Start of TASK DATA

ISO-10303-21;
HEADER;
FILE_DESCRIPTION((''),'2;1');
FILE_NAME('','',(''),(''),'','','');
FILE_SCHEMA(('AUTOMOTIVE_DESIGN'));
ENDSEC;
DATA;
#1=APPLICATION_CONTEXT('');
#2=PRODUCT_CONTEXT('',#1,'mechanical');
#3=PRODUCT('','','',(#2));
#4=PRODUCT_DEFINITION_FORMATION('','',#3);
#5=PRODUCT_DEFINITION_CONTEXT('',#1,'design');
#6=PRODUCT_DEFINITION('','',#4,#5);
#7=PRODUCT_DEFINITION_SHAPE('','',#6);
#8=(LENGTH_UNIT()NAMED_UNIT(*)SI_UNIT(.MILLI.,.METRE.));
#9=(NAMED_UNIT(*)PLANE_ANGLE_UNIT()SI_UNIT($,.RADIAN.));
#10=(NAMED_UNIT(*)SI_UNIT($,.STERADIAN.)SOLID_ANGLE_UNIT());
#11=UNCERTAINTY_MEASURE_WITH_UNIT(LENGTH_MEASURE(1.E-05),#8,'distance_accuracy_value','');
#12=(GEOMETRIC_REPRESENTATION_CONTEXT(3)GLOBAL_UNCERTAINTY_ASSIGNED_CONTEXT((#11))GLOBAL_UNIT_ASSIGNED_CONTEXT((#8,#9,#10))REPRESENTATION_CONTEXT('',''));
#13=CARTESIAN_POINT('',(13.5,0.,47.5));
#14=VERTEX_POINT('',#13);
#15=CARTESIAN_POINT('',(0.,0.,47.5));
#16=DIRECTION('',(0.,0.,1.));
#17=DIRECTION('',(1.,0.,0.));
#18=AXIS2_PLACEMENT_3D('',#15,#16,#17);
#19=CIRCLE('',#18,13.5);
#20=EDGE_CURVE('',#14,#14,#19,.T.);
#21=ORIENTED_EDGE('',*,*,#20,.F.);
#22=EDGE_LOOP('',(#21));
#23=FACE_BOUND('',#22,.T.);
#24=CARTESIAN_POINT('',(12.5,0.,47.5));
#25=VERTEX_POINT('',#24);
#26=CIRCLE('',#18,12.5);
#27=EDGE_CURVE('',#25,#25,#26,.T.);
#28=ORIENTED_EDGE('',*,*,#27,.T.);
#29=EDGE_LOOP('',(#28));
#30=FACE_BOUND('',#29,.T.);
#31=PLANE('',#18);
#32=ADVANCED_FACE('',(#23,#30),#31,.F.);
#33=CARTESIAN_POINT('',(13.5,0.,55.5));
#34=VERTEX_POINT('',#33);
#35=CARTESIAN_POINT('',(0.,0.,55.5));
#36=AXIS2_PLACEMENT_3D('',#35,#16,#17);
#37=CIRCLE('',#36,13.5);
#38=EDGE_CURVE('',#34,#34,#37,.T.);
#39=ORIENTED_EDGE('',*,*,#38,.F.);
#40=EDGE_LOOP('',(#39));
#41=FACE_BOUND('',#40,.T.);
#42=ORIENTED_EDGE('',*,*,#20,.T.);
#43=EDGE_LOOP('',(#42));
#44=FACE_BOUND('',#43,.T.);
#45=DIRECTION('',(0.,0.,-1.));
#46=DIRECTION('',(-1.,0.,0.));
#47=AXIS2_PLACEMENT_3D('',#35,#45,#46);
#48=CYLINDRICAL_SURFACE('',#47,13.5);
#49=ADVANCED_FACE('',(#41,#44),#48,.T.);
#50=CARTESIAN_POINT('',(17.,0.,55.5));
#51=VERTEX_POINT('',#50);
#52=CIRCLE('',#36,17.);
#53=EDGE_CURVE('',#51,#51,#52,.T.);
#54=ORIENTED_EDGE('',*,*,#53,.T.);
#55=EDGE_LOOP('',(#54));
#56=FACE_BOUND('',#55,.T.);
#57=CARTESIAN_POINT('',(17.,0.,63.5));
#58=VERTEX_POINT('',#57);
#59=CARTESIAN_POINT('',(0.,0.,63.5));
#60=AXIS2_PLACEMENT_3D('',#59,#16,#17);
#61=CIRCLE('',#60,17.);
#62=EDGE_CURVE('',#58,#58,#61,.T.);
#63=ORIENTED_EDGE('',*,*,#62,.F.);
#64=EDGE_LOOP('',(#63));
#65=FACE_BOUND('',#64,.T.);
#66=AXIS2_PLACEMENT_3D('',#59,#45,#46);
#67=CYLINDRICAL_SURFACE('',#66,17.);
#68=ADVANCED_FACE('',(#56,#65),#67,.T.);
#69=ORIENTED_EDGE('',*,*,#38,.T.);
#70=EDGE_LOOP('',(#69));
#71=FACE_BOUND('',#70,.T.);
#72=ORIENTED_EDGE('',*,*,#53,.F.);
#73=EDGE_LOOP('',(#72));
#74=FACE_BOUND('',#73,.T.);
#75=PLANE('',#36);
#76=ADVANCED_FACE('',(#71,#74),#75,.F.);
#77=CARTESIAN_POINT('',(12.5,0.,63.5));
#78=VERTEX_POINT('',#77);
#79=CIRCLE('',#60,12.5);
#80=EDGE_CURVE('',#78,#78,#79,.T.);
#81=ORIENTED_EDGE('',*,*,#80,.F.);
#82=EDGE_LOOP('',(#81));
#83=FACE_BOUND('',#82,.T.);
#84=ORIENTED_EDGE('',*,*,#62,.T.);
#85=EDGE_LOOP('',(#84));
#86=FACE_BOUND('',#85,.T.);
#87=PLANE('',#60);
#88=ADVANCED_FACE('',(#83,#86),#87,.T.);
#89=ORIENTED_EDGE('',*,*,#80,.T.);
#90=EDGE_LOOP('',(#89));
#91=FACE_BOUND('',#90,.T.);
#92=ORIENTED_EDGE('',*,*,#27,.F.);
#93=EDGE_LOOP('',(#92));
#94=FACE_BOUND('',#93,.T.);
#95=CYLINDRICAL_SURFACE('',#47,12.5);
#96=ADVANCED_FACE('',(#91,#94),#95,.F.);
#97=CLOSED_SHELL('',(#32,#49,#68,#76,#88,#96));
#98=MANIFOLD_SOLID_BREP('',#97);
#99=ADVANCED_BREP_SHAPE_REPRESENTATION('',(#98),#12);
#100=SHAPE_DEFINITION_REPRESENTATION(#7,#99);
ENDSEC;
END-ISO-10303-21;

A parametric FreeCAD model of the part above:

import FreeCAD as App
import Part
import Sketcher

V = App.Vector
Q = App.Units.Quantity

doc = App.newDocument("Part")
body = doc.addObject("PartDesign::Body", "Body")

# Sketch on XY plane
sketch1 = doc.addObject("Sketcher::SketchObject", "Sketch")
body.addObject(sketch1)
sketch1.AttachmentSupport = (doc.XY_Plane, [""])
sketch1.MapMode = "FlatFace"
sketch1.AttachmentOffset = App.Placement(V(0, 0, 47.5), App.Rotation())
sketch1.addGeometry([
    Part.Circle(V(0, 0, 0), V(0, 0, 1), 14),
    Part.Circle(V(0, 0, 0), V(0, 0, 1), 12),
], False)
sketch1.addConstraint([
    Sketcher.Constraint("Coincident", 0, 3, -1, 1),
    Sketcher.Constraint("Coincident", 1, 3, -1, 1),
    Sketcher.Constraint("Diameter", 0, Q("27 mm")),
    Sketcher.Constraint("Diameter", 1, Q("25 mm")),
])
pad1 = doc.addObject("PartDesign::Pad", "Pad")
body.addObject(pad1)
pad1.Profile = sketch1
pad1.Length = 8

# Sketch on XY plane
sketch2 = doc.addObject("Sketcher::SketchObject", "Sketch001")
body.addObject(sketch2)
sketch2.AttachmentSupport = (doc.XY_Plane, [""])
sketch2.MapMode = "FlatFace"
sketch2.AttachmentOffset = App.Placement(V(0, 0, 55.5), App.Rotation())
sketch2.addGeometry([
    Part.Circle(V(0, 0, 0), V(0, 0, 1), 17),
    Part.Circle(V(0, 0, 0), V(0, 0, 1), 12),
], False)
sketch2.addConstraint([
    Sketcher.Constraint("Coincident", 0, 3, -1, 1),
    Sketcher.Constraint("Coincident", 1, 3, -1, 1),
    Sketcher.Constraint("Diameter", 0, Q("34 mm")),
    Sketcher.Constraint("Diameter", 1, Q("25 mm")),
])
pad2 = doc.addObject("PartDesign::Pad", "Pad001")
body.addObject(pad2)
pad2.Profile = sketch2
pad2.Length = 8

doc.recompute()
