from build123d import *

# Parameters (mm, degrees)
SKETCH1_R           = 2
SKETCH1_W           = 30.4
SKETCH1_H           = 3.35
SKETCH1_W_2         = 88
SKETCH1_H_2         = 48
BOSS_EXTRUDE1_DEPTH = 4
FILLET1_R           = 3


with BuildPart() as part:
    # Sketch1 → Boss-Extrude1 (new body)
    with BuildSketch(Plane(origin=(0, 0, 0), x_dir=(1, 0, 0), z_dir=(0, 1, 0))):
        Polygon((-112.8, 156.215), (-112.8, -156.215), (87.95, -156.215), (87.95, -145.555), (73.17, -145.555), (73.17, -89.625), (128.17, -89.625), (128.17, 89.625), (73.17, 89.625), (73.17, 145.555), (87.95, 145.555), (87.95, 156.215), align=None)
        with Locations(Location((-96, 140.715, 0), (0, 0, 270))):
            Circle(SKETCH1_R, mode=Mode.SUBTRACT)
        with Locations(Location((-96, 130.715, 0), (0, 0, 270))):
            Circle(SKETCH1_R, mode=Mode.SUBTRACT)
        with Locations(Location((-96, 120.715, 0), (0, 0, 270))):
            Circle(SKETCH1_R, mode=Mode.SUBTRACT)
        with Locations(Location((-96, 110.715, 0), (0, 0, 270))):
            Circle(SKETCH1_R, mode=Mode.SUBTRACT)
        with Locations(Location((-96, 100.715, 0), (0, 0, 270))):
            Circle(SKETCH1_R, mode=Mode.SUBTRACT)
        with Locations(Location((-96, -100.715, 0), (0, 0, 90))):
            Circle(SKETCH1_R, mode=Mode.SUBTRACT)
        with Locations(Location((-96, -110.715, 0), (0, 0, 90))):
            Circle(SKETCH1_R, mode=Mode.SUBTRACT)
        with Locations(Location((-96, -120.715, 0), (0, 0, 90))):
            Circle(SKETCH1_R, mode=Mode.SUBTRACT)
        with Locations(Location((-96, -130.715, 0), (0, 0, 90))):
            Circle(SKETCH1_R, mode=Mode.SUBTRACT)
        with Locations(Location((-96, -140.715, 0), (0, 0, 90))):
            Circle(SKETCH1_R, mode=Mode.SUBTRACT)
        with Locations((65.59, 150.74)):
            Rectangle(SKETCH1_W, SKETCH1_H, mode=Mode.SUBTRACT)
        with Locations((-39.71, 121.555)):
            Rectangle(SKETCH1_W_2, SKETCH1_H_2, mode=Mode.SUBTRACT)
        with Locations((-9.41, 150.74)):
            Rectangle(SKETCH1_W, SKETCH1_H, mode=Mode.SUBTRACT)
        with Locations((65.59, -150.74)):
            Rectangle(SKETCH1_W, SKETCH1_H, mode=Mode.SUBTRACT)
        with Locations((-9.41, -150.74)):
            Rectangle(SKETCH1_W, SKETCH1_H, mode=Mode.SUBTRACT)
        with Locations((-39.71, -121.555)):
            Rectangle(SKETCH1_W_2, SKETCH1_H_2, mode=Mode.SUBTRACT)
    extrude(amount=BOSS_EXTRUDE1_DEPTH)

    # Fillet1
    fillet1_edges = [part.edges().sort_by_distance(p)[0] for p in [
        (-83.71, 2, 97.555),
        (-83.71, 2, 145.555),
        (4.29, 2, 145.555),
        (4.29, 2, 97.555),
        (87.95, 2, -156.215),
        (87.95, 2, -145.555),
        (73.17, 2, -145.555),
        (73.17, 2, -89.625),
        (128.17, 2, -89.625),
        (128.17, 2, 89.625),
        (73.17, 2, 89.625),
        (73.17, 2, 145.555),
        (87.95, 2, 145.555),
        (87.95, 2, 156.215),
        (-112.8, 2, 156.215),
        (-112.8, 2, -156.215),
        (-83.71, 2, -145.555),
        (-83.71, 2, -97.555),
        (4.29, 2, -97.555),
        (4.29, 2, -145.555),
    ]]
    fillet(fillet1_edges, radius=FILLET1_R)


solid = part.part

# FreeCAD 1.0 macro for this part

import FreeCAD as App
import Part
import Sketcher
Q = App.Units.Quantity


def edges_at(feature, points):
    """Names of the edges that pass closest to the given points."""
    edges = feature.Shape.Edges
    near = lambda p: min(range(len(edges)), key=lambda i: edges[i].distToShape(Part.Vertex(*p))[0])
    return sorted({f"Edge{near(p) + 1}" for p in points})

doc = App.newDocument("Part")
body = doc.addObject("PartDesign::Body", "Body")

sketch1 = body.newObject("Sketcher::SketchObject", "Sketch")
sketch1.AttachmentSupport = (doc.getObject("XZ_Plane"), [""])
sketch1.MapMode = "FlatFace"
sketch1.addGeometry(Part.LineSegment(App.Vector(-112.8, -156.2, 0), App.Vector(-112.8, 156.2, 0)), False)
sketch1.addGeometry(Part.LineSegment(App.Vector(-112.8, 156.2, 0), App.Vector(88, 156.2, 0)), False)
sketch1.addGeometry(Part.LineSegment(App.Vector(88, 156.2, 0), App.Vector(88, 145.6, 0)), False)
sketch1.addGeometry(Part.LineSegment(App.Vector(88, 145.6, 0), App.Vector(73.2, 145.6, 0)), False)
sketch1.addGeometry(Part.LineSegment(App.Vector(73.2, 145.6, 0), App.Vector(73.2, 89.6, 0)), False)
sketch1.addGeometry(Part.LineSegment(App.Vector(73.2, 89.6, 0), App.Vector(128.2, 89.6, 0)), False)
sketch1.addGeometry(Part.LineSegment(App.Vector(128.2, 89.6, 0), App.Vector(128.2, -89.6, 0)), False)
sketch1.addGeometry(Part.LineSegment(App.Vector(128.2, -89.6, 0), App.Vector(73.2, -89.6, 0)), False)
sketch1.addGeometry(Part.LineSegment(App.Vector(73.2, -89.6, 0), App.Vector(73.2, -145.6, 0)), False)
sketch1.addGeometry(Part.LineSegment(App.Vector(73.2, -145.6, 0), App.Vector(88, -145.6, 0)), False)
sketch1.addGeometry(Part.LineSegment(App.Vector(88, -145.6, 0), App.Vector(88, -156.2, 0)), False)
sketch1.addGeometry(Part.LineSegment(App.Vector(88, -156.2, 0), App.Vector(-112.8, -156.2, 0)), False)
sketch1.addGeometry(Part.Circle(App.Vector(-96, 140.7, 0), App.Vector(0, 0, 1), 2), False)
sketch1.addGeometry(Part.Circle(App.Vector(-96, 130.7, 0), App.Vector(0, 0, 1), 2), False)
sketch1.addGeometry(Part.Circle(App.Vector(-96, 120.7, 0), App.Vector(0, 0, 1), 2), False)
sketch1.addGeometry(Part.Circle(App.Vector(-96, 110.7, 0), App.Vector(0, 0, 1), 2), False)
sketch1.addGeometry(Part.Circle(App.Vector(-96, 100.7, 0), App.Vector(0, 0, 1), 2), False)
sketch1.addGeometry(Part.LineSegment(App.Vector(4.3, 145.6, 0), App.Vector(-83.7, 145.6, 0)), False)
sketch1.addGeometry(Part.LineSegment(App.Vector(-83.7, 145.6, 0), App.Vector(-83.7, 97.6, 0)), False)
sketch1.addGeometry(Part.LineSegment(App.Vector(-83.7, 97.6, 0), App.Vector(4.3, 97.6, 0)), False)
sketch1.addGeometry(Part.LineSegment(App.Vector(4.3, 97.6, 0), App.Vector(4.3, 145.6, 0)), False)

End of TASK DATA

Beginning at the line with "#21=ORIENTED_EDGE('',*,*,#20,.F.);" and stopping after the line with "#32=ADVANCED_FACE('',(#23,#30),#31,.F.);", please write out every line of the data above exactly and nothing else.

#21=ORIENTED_EDGE('',*,*,#20,.F.);
#22=EDGE_LOOP('',(#21));
#23=FACE_BOUND('',#22,.T.);
#24=CARTESIAN_POINT('',(12.5,0.,47.5));
#25=VERTEX_POINT('',#24);
#26=CIRCLE('',#18,12.5);
#27=EDGE_CURVE('',#25,#25,#26,.T.);
#28=ORIENTED_EDGE('',*,*,#27,.T.);
#29=EDGE_LOOP('',(#28));
#30=FACE_BOUND('',#29,.T.);
#31=PLANE('',#18);
#32=ADVANCED_FACE('',(#23,#30),#31,.F.);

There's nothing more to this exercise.